▶ [EXERCISE MATERIAL]:
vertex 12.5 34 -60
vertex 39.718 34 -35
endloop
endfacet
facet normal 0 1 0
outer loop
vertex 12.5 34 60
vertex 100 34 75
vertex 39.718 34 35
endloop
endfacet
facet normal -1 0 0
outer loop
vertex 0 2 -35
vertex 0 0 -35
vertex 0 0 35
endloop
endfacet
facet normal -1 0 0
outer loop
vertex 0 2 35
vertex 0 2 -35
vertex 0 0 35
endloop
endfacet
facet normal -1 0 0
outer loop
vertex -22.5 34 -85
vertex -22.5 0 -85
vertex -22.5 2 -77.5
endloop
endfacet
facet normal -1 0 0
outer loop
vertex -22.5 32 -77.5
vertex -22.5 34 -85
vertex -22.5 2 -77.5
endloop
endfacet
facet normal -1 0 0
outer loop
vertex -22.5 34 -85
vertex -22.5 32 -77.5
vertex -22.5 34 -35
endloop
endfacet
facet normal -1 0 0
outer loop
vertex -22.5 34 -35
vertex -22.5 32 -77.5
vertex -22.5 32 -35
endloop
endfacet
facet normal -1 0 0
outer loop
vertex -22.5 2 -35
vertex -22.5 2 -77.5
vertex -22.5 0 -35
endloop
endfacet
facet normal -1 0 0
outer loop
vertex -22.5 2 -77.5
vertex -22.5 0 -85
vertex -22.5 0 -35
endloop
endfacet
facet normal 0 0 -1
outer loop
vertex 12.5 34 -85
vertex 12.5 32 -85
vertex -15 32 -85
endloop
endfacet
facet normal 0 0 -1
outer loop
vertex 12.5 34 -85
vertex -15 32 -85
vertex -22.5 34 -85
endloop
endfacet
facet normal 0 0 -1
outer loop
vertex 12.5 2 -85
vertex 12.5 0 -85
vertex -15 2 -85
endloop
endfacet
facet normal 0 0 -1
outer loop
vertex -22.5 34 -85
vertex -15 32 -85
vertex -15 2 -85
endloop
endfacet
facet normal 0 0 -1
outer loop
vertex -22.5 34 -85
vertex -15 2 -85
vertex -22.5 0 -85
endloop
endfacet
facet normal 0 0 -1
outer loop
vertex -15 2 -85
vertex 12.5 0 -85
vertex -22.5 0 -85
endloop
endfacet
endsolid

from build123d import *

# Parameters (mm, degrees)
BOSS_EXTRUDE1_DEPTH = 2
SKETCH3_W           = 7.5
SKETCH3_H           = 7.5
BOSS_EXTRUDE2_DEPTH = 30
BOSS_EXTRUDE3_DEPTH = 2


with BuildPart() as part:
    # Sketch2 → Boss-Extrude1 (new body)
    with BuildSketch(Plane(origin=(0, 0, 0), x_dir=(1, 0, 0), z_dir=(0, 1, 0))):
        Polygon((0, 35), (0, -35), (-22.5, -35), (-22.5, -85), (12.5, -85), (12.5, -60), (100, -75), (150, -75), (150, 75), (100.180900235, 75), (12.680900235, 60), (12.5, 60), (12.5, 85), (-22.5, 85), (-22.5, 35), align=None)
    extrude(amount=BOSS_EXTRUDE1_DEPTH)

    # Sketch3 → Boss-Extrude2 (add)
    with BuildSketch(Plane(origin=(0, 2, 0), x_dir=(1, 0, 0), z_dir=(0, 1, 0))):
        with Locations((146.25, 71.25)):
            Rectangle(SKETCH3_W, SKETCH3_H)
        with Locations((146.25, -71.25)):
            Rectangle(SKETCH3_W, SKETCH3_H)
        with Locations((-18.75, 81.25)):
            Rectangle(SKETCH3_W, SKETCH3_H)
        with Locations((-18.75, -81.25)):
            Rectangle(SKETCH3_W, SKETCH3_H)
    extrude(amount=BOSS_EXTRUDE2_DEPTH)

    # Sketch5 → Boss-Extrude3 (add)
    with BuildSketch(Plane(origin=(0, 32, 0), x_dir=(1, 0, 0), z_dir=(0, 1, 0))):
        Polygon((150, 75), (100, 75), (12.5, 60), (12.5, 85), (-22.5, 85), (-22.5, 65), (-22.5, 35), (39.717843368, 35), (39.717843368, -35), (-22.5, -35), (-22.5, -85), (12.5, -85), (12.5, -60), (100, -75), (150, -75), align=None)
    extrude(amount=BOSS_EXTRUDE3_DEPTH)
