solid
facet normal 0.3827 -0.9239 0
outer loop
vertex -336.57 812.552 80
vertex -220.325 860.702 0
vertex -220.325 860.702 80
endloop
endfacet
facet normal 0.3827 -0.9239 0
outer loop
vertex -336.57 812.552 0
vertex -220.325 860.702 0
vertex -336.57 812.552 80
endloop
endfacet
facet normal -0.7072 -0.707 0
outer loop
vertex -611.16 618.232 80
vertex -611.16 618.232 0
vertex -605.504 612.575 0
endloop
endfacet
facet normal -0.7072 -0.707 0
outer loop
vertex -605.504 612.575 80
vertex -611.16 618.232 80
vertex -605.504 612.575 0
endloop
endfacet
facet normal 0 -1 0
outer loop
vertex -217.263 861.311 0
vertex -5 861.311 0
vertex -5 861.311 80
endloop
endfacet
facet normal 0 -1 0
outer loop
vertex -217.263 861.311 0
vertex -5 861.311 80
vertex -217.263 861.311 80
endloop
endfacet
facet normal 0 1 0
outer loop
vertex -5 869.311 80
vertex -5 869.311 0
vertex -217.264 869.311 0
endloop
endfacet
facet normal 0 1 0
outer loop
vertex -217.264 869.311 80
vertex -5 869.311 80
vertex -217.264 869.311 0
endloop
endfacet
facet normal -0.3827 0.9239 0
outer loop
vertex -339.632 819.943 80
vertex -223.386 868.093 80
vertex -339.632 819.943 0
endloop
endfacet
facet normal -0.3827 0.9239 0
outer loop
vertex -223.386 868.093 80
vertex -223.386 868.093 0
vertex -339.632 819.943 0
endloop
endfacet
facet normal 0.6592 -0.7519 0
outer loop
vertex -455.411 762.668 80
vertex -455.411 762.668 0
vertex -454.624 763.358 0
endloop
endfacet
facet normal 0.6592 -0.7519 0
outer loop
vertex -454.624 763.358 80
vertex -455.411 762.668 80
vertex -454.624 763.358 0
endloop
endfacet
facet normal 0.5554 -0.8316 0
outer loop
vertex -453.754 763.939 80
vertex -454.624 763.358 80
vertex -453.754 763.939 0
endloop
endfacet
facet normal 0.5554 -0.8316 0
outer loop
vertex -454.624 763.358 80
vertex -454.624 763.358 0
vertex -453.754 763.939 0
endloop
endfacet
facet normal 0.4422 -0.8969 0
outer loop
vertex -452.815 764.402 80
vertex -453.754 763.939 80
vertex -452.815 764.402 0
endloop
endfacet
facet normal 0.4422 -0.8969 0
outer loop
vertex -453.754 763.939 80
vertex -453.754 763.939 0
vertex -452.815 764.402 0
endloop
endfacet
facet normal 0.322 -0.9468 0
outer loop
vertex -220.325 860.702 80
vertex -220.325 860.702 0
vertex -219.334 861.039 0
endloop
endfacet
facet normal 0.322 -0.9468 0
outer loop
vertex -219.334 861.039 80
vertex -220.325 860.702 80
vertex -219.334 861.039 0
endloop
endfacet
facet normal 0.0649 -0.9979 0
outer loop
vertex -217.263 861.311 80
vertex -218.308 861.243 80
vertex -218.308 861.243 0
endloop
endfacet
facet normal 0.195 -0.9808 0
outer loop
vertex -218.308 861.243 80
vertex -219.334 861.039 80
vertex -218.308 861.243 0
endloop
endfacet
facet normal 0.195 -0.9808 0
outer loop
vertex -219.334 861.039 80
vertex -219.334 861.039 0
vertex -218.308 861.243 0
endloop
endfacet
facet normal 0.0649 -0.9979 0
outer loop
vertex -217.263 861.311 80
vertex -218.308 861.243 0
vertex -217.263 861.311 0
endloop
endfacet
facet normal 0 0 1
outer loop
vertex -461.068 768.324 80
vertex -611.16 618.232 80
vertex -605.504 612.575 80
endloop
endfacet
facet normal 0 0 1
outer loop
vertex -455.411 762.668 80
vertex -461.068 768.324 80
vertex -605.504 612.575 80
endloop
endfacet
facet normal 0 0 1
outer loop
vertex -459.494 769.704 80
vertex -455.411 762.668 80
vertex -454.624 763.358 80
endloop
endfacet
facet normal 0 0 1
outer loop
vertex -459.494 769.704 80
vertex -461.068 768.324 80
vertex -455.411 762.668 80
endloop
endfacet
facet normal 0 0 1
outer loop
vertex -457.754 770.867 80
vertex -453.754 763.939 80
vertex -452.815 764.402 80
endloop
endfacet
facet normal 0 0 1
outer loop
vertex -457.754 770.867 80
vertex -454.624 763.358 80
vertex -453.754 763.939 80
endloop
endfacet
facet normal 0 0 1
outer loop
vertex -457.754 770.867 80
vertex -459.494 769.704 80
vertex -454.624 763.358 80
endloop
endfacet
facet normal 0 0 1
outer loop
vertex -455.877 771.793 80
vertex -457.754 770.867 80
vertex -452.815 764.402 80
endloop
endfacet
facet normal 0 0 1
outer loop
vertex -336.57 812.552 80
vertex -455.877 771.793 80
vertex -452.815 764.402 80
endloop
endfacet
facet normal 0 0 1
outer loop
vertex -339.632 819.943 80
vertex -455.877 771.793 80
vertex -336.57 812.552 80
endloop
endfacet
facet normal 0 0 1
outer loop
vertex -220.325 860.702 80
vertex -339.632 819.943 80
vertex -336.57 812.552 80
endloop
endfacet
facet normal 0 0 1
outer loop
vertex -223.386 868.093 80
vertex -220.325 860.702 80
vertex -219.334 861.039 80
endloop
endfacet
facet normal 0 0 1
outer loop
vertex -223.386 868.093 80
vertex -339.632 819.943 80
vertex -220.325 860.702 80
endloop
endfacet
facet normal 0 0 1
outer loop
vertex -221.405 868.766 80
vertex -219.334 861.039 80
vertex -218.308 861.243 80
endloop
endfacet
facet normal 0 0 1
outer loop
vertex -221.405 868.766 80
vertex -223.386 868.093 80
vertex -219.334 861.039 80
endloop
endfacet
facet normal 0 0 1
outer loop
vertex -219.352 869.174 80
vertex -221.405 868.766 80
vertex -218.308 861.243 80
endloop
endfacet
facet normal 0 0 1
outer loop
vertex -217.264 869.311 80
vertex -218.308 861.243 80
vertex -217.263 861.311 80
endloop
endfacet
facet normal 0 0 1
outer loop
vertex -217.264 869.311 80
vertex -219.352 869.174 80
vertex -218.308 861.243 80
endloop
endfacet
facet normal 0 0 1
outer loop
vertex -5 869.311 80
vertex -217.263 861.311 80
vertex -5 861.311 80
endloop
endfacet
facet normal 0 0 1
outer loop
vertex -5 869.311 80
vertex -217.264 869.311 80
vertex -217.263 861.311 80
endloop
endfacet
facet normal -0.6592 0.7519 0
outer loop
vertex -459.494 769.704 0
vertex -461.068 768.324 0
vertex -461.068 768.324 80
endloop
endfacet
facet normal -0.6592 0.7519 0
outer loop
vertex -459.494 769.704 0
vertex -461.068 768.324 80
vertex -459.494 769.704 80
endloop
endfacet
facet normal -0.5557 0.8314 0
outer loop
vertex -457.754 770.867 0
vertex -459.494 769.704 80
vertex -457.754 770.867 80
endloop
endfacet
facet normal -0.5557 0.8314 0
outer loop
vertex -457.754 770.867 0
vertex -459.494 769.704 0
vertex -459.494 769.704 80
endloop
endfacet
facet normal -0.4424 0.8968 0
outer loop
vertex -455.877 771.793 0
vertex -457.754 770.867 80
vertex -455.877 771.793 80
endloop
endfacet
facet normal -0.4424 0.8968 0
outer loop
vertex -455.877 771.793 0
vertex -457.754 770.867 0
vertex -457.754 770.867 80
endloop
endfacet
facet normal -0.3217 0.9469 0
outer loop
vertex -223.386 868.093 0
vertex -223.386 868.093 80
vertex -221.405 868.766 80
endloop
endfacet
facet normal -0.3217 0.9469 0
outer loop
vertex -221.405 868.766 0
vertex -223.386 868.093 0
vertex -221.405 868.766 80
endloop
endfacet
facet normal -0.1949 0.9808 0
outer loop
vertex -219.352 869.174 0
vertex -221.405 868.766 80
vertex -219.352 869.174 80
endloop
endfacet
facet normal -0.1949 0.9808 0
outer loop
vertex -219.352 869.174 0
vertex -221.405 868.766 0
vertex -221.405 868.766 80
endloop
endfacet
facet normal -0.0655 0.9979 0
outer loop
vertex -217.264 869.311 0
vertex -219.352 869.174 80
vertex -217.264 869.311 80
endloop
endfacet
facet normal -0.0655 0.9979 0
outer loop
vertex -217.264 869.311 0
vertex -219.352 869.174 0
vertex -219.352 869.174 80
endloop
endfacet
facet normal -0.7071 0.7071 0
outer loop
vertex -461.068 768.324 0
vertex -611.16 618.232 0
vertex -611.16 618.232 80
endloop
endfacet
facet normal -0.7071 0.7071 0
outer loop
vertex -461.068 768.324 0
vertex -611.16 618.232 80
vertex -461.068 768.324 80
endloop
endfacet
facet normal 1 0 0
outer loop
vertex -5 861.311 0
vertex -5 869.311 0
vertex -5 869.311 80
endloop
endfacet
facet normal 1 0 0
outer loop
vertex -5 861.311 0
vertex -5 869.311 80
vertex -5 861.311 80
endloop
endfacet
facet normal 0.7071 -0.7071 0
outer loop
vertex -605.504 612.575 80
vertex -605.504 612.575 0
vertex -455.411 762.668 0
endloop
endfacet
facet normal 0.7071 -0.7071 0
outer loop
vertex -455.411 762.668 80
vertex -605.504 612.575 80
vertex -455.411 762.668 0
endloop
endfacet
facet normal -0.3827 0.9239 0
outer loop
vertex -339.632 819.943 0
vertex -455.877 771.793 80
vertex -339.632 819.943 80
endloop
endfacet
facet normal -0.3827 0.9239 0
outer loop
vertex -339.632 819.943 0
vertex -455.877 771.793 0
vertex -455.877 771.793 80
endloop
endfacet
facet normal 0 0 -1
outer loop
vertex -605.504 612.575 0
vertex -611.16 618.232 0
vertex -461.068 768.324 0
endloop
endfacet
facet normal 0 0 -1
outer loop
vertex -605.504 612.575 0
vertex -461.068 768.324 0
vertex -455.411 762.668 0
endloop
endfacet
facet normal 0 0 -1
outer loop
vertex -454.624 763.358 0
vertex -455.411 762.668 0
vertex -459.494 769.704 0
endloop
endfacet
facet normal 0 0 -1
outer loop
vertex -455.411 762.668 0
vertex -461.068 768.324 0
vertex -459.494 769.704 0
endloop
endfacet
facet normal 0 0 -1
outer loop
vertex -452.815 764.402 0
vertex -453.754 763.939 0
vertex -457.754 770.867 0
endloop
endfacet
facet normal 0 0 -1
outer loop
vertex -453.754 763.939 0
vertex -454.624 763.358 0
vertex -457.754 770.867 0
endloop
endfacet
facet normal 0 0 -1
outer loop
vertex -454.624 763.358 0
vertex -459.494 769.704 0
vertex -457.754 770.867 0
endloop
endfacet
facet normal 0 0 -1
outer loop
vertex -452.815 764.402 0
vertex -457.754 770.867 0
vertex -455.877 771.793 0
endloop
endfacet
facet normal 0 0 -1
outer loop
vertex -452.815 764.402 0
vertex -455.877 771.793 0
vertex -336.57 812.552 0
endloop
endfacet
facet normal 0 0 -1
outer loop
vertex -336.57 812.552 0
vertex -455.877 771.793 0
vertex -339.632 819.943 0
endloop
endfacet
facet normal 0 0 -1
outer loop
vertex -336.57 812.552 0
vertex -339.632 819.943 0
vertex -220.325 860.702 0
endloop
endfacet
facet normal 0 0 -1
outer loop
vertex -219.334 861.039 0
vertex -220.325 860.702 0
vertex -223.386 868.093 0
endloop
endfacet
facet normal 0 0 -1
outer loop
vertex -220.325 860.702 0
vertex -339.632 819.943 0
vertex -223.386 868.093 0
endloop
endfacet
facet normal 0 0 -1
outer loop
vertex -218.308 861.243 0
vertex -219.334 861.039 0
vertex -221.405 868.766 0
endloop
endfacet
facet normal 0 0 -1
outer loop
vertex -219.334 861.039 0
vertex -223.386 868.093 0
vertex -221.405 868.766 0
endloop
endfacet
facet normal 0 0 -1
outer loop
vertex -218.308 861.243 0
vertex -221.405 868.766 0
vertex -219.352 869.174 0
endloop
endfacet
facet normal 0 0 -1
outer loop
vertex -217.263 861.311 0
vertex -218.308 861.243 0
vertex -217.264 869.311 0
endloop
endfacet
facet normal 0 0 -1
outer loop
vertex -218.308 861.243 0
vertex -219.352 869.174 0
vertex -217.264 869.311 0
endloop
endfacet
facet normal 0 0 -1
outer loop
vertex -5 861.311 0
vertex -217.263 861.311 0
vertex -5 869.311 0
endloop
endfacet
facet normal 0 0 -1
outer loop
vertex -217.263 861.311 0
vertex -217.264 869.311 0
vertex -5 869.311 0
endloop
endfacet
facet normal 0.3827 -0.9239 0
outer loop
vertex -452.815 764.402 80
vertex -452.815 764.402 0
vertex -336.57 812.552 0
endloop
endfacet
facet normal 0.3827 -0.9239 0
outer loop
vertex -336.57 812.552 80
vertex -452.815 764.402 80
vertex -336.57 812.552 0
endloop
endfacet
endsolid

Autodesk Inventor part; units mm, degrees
ref_plane "YZ Plane" through (0, 0, 0) normal (1, 0, 0) x (0, 1, 0)
ref_plane "XZ Plane" through (0, 0, 0) normal (0, 1, 0) x (-1, 0, 0)
ref_plane "XY Plane" through (0, 0, 0) normal (0, 0, 1) x (1, 0, 0)
sketch "Sketch2" plane through (0, 0, 0) normal (0, 0, 1) x (1, 0, 0)
  line L0 (0, 278.716) -> (197.082, 197.082) construction
  line L1 (197.082, 197.082) -> (278.716, 0) construction
  line L2 (278.716, 0) -> (197.082, -197.082) construction
  line L3 (197.082, -197.082) -> (0, -278.716) construction
  line L4 (0, -278.716) -> (-197.082, -197.082) construction
  line L5 (-197.082, -197.082) -> (-278.716, 0) construction
  line L6 (-278.716, 0) -> (-197.082, 197.082) construction
  line L7 (-197.082, 197.082) -> (0, 278.716) construction
  line L8 (-197.082, 197.082) -> (0, 278.716) construction
  line L9 (-461.6493, 774.8136) -> (-221.4406, 874.3113) construction
  line L10 (-98.541, 237.899) -> (-341.545, 824.5625) construction
  line L11 (-221.4406, 874.3113) -> (0, 874.3113) construction
  line L12 (0, 874.3113) -> (0, 278.716) construction
  line L13 (-461.6493, 774.8136) -> (-618.2315, 618.2315) construction
  line L14 (-618.2315, 618.2315) -> (-197.082, 197.082) construction
  line L15 (-223.3864, 868.0934) -> (-339.6315, 819.9431)
  line L16 (-5, 869.3113) -> (-217.2635, 869.3113)
  line L17 (-455.8767, 771.7928) -> (-339.6315, 819.9431)
  line L18 (-611.1604, 618.2315) -> (-461.0675, 768.3244)
  arc A0 (-217.2635, 869.3113) -> (-223.3864, 868.0934) centre (-217.2635, 853.3113) ccw
  arc A1 (-455.8767, 771.7928) -> (-461.0675, 768.3244) centre (-449.7538, 757.0107) ccw
  point P0 (0, 0)
  point P1 (0, 0)
  point P2 (0, 0)
  point P3 (-220.4461, 869.3113)
  point P4 (-458.817, 770.5748)
  dimension "d0" = 515
  dimension "d1" = 260
  dimension "d2" = 635
  dimension "d6" = 5
  dimension "d10" = 5
  dimension "d14" = 5
  dimension "d15" = 16
contour flange "Contour Flange1" sketch "Sketch2" thickness 8 bend radius 8 width 80 along (0, 0, 1) mid plane no both sides no wall seen from (-111.1317, 869.3113, 0) lies toward (0, -1, 0) curves L16 A0 L15 L17 A1 L18
bend "Bend1"
corner "Corner1"
sketch "Sketch3" plane through (-455.8767, 771.7928, 80) normal (-0.3826834, 0.9238795, 0) x (0.9238795, 0.3826834, 0)
  line L0 (125.8228, 80) -> (125.8228, 0) construction
  line L1 (0, 0) -> (251.6457, 0) projected
  circle A0 centre (43.3228, 40) radius 10
  circle A1 centre (208.3228, 40) radius 10
  point P0 (125.8228, 40)
  dimension "d27" = 20
  dimension "d28" = 82.5
extrude "Extrusion1" [suppressed]
equation "\"d0\" = Барабан_размер_по_плоскостям"
equation "\"d1\" = Кассета_длина_грани"
equation "\"d2\" = Кассета_высота"
equation "\"d10\" = d6"
equation "\"d15\" = BendRadius + Thickness"
equation "\"d16\" = Thickness"
equation "\"d17\" = BendReliefWidth"
equation "\"d18\" = BendReliefDepth"
equation "\"d19\" = MinimumRemnant"
equation "\"d20\" = TransitionRadius"
equation "\"d22\" = BendRadius"
equation "\"d24\" = CornerReliefSize"
equation "\"d25\" = GapSize"
equation "\"d26\" = JacobiRadiusSize"
equation "\"BendRadius\" = Thickness"
equation "\"BendReliefWidth\" = Thickness"
equation "\"BendReliefDepth\" = 0.5 * Thickness"
equation "\"CornerReliefSize\" = 4 * Thickness"
equation "\"MinimumRemnant\" = 2 * Thickness"
equation "\"TransitionRadius\" = BendRadius"
equation "\"JacobiRadiusSize\" = BendRadius"
equation "\"GapSize\" = Thickness"
equation "\"Барабан_размер_по_плоскостям\" = 515"
equation "\"Кассета_длина_грани\" = 260"
equation "\"Кассета_высота\" = 635"
equation "\"Thickness\" = 8"
properties part number "DMF 01 52 Top sheet v2.1"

▶ [AIM OF THE TASK]: Give the count of lines in the data above that hold the string "align", with no additional words.

▶ [ANSWER FOR THE TASK]: 2